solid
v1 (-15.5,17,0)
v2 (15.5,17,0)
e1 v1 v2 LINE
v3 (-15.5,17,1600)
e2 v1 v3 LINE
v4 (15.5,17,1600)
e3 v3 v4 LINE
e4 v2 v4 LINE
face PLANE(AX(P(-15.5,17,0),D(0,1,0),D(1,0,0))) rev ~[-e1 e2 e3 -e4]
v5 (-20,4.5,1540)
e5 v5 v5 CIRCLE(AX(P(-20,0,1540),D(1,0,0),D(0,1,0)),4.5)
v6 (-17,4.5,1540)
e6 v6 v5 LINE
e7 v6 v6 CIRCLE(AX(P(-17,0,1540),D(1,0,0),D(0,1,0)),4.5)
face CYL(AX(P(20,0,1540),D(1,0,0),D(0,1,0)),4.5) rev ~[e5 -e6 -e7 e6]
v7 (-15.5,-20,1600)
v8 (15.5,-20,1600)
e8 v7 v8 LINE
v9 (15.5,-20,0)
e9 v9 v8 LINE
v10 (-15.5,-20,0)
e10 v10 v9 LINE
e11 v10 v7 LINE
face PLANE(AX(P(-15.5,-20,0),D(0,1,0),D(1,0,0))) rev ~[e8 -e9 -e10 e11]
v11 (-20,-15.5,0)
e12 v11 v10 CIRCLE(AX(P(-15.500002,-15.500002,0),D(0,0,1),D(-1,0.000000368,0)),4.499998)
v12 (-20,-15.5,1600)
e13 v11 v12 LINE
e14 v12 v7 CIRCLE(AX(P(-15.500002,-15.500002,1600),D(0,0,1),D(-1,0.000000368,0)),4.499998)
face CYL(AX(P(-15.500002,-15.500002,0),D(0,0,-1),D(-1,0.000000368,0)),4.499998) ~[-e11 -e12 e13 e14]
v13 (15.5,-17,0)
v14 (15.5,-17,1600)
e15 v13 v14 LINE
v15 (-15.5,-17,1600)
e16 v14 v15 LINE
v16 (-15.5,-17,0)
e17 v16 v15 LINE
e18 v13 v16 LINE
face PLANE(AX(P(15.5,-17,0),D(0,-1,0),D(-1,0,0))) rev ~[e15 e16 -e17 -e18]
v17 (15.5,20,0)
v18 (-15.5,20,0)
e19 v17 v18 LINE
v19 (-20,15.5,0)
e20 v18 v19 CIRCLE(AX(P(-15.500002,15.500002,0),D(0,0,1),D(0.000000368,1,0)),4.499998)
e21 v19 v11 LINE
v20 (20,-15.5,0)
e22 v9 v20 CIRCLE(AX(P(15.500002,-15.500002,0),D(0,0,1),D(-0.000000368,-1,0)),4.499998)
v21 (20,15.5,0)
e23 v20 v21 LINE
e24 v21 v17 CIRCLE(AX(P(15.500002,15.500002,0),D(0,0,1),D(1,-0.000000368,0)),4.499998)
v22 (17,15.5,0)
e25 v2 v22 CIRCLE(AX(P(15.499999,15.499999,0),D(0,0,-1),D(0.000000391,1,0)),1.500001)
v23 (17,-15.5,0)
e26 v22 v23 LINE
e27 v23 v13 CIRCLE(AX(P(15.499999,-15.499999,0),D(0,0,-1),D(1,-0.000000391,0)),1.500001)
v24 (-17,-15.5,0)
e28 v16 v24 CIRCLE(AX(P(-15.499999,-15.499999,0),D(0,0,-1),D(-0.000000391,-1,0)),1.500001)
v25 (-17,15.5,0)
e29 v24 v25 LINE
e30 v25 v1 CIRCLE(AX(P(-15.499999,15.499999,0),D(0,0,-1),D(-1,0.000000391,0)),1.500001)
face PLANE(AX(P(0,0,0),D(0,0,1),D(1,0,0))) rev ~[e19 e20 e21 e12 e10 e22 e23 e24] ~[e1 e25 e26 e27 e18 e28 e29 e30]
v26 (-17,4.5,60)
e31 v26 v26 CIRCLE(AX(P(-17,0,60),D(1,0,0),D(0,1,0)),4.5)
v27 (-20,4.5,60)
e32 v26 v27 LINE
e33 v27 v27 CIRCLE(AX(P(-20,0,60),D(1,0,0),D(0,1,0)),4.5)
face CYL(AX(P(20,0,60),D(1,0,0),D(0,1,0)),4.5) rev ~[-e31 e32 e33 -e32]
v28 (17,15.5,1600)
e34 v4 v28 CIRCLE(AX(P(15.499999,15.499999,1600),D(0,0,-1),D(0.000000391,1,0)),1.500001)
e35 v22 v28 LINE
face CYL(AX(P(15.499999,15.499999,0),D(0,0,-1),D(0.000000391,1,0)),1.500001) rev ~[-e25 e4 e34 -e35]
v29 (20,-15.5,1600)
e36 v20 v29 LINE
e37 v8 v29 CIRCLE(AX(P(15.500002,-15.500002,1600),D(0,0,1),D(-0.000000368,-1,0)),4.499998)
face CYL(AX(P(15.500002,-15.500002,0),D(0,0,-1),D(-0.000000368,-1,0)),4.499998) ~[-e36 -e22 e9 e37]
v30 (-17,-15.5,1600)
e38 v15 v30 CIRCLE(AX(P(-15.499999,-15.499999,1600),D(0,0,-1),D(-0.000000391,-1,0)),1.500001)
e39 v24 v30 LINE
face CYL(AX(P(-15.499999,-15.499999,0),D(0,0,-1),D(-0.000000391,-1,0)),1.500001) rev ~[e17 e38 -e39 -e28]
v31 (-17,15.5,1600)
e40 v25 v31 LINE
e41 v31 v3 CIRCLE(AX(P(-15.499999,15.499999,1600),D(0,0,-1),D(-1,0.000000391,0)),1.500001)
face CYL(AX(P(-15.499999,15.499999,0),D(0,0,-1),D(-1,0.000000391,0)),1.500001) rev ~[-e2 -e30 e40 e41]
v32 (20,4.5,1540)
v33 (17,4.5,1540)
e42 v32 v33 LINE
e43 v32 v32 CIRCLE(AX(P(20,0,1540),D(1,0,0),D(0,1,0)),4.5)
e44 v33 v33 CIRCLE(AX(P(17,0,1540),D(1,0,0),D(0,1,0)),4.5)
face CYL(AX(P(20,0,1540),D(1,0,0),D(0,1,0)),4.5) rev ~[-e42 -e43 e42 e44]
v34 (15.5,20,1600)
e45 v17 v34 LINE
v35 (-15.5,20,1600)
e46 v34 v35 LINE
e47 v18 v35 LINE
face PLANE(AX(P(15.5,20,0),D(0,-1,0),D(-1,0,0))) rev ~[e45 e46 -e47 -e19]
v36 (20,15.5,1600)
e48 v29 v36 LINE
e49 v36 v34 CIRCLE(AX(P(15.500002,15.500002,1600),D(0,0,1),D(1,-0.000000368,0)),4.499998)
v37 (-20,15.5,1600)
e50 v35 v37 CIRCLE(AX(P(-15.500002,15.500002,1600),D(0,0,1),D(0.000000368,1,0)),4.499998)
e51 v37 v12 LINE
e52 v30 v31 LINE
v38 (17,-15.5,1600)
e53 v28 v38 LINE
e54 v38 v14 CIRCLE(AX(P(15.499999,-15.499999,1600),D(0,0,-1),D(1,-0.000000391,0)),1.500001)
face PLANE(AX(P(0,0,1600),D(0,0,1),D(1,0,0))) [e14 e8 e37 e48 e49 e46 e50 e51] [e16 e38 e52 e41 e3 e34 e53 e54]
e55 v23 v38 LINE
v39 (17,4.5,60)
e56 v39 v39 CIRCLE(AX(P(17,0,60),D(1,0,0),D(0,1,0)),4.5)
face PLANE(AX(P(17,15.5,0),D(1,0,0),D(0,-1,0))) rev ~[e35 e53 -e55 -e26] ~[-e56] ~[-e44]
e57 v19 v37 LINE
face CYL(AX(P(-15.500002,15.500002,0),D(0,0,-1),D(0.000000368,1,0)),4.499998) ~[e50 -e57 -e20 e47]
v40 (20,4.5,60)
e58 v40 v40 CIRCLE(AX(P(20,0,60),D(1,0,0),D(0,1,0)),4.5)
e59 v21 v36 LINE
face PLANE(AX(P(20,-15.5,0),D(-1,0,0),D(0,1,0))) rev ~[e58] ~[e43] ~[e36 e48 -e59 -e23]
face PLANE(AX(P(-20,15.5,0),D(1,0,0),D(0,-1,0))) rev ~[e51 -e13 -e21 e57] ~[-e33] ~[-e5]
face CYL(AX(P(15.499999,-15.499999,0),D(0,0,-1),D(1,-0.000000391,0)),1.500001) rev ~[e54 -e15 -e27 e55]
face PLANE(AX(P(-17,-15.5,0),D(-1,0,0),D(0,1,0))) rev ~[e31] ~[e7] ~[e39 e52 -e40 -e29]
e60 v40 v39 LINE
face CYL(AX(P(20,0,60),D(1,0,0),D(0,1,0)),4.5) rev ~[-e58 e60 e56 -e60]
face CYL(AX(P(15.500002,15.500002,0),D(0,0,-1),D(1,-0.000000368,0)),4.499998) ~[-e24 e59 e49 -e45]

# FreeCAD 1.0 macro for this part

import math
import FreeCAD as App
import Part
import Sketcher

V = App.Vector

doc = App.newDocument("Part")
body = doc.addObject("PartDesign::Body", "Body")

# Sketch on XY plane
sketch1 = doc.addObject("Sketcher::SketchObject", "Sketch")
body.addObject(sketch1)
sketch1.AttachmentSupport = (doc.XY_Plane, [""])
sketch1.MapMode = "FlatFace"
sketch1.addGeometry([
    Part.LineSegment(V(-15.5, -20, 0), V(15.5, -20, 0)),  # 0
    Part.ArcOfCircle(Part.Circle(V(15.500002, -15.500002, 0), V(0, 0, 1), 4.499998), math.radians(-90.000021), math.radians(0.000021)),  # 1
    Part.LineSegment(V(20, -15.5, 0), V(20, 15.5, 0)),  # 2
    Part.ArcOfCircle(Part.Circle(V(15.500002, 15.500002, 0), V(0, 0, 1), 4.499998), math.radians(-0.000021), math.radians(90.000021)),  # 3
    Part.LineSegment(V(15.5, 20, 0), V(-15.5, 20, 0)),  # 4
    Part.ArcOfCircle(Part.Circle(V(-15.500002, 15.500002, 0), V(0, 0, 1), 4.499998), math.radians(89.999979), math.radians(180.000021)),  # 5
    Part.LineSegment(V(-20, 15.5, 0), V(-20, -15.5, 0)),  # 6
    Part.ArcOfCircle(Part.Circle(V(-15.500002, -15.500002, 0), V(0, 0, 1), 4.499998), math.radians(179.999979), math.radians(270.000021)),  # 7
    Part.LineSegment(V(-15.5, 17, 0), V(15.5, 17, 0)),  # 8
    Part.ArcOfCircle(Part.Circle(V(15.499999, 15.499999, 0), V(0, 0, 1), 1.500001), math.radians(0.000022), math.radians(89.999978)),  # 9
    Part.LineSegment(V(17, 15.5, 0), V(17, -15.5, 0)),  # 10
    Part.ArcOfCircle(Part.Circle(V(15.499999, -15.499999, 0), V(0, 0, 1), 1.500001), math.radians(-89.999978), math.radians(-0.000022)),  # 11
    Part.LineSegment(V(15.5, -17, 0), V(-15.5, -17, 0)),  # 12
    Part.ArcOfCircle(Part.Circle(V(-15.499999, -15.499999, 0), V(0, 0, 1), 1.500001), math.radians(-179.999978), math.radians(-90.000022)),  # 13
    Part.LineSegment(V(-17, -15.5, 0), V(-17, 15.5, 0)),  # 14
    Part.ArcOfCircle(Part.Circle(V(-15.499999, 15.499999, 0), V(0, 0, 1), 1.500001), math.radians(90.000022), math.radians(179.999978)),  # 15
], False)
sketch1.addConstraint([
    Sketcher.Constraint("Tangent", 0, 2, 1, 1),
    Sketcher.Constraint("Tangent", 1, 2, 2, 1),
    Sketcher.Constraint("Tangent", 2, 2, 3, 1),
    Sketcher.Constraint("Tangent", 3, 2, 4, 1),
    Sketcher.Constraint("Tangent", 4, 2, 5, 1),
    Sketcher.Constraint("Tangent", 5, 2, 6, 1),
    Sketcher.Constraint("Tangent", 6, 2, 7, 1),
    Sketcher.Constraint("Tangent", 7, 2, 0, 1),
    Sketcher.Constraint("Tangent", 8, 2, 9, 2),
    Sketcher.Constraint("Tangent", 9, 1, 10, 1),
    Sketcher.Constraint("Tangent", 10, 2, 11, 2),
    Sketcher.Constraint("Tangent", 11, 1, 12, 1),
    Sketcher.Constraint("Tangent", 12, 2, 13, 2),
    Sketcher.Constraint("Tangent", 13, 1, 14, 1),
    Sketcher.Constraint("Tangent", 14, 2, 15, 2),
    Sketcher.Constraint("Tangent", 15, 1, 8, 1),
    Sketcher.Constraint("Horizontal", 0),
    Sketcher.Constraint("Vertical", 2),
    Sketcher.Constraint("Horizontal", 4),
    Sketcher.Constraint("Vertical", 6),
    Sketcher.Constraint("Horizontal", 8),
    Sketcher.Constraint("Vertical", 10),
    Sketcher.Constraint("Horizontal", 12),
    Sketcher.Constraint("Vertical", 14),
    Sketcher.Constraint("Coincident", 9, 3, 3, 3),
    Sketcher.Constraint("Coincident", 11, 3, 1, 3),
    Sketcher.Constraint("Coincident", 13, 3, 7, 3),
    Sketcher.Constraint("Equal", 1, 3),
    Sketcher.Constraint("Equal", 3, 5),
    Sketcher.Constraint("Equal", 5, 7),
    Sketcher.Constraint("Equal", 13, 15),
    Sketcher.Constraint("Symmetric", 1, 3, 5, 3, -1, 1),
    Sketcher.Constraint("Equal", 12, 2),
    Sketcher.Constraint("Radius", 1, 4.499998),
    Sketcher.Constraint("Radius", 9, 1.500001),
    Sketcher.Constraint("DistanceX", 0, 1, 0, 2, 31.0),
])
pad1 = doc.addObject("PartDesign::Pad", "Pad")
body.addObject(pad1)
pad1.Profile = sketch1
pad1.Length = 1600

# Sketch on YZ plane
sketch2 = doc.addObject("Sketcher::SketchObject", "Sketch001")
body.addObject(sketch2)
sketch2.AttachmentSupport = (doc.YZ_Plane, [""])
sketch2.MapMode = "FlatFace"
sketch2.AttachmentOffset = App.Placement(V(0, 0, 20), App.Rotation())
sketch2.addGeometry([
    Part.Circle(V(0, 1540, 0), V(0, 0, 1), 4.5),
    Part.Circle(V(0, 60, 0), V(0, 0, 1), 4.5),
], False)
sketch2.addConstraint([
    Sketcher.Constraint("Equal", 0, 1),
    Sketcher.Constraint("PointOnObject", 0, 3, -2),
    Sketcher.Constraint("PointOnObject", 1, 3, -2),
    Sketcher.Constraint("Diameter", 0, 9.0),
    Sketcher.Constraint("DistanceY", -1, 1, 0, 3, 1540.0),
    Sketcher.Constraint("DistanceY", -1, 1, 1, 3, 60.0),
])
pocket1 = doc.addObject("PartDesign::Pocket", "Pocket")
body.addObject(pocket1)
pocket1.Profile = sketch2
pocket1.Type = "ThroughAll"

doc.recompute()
********************
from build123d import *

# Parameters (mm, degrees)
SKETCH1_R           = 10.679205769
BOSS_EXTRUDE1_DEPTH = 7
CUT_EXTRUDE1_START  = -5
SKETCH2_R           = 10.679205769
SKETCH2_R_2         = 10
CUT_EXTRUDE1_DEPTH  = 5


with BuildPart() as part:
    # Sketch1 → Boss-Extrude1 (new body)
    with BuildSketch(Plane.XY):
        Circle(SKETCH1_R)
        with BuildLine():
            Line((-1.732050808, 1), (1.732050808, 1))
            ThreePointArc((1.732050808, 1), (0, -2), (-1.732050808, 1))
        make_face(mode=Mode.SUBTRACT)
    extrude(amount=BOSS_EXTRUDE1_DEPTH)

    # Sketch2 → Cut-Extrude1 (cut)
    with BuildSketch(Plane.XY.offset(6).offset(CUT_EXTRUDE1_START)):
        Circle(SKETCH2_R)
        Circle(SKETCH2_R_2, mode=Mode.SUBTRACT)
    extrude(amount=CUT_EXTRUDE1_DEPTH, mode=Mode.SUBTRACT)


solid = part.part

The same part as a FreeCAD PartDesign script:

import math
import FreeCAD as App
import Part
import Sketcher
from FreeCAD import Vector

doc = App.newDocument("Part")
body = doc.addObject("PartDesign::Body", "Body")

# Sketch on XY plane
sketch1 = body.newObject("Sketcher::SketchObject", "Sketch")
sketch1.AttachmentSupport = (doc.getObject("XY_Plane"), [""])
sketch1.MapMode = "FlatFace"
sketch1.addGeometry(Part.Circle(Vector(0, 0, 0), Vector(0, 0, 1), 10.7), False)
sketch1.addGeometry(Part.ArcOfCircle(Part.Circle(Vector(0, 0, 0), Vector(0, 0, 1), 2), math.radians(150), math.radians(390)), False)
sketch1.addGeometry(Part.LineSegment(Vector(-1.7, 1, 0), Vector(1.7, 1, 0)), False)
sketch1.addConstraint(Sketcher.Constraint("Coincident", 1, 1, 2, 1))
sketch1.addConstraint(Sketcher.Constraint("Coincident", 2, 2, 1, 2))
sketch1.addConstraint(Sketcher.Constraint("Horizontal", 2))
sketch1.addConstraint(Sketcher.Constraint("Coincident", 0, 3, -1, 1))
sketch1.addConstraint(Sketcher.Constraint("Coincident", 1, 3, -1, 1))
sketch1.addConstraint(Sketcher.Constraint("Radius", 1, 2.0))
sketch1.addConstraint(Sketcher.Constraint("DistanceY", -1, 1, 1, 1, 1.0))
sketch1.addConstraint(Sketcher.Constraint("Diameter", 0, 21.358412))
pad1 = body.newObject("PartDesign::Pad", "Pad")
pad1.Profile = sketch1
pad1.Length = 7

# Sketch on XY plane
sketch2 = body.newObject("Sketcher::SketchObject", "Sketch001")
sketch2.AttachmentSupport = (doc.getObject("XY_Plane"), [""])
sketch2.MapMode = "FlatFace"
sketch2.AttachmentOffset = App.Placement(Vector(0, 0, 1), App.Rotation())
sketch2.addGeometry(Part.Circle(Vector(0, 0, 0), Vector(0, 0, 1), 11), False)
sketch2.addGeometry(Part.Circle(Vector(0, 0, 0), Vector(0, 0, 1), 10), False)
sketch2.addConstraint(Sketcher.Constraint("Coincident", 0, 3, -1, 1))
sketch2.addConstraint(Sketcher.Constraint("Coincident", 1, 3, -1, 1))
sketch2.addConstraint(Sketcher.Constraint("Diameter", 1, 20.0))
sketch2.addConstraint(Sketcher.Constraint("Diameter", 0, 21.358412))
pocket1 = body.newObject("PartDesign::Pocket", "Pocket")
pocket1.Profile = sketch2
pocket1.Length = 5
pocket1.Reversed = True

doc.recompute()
********************
▸ ABOUT THIS TASK
Give back exactly the lines above starting at the line where "face CYL(AX(P(20,0,60),D(1,0,0),D(0,1,0)),4.5) rev ~[-e31" appears and ending at the line where "e40 v25 v31 LINE" appears, both included, with no other lines.

▸ SOLVED EXERCISE
face CYL(AX(P(20,0,60),D(1,0,0),D(0,1,0)),4.5) rev ~[-e31 e32 e33 -e32]
v28 (17,15.5,1600)
e34 v4 v28 CIRCLE(AX(P(15.499999,15.499999,1600),D(0,0,-1),D(0.000000391,1,0)),1.500001)
e35 v22 v28 LINE
face CYL(AX(P(15.499999,15.499999,0),D(0,0,-1),D(0.000000391,1,0)),1.500001) rev ~[-e25 e4 e34 -e35]
v29 (20,-15.5,1600)
e36 v20 v29 LINE
e37 v8 v29 CIRCLE(AX(P(15.500002,-15.500002,1600),D(0,0,1),D(-0.000000368,-1,0)),4.499998)
face CYL(AX(P(15.500002,-15.500002,0),D(0,0,-1),D(-0.000000368,-1,0)),4.499998) ~[-e36 -e22 e9 e37]
v30 (-17,-15.5,1600)
e38 v15 v30 CIRCLE(AX(P(-15.499999,-15.499999,1600),D(0,0,-1),D(-0.000000391,-1,0)),1.500001)
e39 v24 v30 LINE
face CYL(AX(P(-15.499999,-15.499999,0),D(0,0,-1),D(-0.000000391,-1,0)),1.500001) rev ~[e17 e38 -e39 -e28]
v31 (-17,15.5,1600)
e40 v25 v31 LINE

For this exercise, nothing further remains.